[Exercise data Boundary: Start]

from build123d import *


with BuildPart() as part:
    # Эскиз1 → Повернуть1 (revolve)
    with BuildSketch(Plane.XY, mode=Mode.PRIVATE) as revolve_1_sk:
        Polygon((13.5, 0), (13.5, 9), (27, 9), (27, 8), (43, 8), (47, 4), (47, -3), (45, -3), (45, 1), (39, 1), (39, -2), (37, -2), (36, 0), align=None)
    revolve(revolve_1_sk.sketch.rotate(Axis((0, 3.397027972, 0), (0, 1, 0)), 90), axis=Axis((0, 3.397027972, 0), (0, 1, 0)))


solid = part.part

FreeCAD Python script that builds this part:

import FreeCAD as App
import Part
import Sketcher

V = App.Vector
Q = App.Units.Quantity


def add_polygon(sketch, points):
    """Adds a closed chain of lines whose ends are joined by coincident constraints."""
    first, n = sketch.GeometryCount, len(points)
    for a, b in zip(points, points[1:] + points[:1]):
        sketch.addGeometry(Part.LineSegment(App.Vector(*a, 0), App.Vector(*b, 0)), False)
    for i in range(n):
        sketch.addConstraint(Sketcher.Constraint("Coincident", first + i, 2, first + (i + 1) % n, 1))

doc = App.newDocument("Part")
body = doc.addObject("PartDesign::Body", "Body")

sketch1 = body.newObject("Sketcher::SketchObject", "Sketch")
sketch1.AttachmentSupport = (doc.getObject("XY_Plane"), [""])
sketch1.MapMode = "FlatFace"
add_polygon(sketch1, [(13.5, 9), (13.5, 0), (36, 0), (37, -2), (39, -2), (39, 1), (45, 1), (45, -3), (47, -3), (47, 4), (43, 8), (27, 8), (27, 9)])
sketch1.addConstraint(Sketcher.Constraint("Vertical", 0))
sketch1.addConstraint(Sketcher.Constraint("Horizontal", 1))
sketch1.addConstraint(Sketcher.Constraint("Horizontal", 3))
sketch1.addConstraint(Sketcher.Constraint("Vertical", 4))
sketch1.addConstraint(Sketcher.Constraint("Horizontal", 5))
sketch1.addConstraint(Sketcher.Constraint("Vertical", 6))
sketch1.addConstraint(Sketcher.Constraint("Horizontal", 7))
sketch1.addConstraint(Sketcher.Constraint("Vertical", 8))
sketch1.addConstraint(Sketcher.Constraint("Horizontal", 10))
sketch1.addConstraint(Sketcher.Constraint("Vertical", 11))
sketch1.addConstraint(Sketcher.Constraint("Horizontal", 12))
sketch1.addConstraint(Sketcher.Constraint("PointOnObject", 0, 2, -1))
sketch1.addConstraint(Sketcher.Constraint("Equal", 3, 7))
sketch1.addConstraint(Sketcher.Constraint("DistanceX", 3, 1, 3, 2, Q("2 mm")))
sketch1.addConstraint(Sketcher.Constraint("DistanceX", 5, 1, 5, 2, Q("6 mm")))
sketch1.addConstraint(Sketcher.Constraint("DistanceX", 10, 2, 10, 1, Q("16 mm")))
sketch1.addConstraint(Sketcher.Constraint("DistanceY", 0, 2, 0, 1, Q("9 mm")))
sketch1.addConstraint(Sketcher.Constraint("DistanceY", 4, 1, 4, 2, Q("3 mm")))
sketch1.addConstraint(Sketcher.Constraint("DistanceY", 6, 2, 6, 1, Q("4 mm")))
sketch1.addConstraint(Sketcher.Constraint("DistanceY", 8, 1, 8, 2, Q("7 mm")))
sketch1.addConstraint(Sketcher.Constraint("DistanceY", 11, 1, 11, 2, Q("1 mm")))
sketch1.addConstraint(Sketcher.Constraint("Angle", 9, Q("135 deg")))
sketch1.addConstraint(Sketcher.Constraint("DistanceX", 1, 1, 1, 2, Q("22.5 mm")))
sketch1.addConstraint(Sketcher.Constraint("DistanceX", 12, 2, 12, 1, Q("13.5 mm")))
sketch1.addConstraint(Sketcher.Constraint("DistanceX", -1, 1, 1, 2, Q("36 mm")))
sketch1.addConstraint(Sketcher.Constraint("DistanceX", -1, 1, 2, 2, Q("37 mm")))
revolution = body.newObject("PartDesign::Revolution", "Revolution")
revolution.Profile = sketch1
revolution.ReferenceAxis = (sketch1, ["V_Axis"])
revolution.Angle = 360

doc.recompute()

[Exercise data Boundary: End]

How to complete this task
Filter the entries above down to the lines that contain the word "with".

Result of this task
with BuildPart() as part:
    with BuildSketch(Plane.XY, mode=Mode.PRIVATE) as revolve_1_sk:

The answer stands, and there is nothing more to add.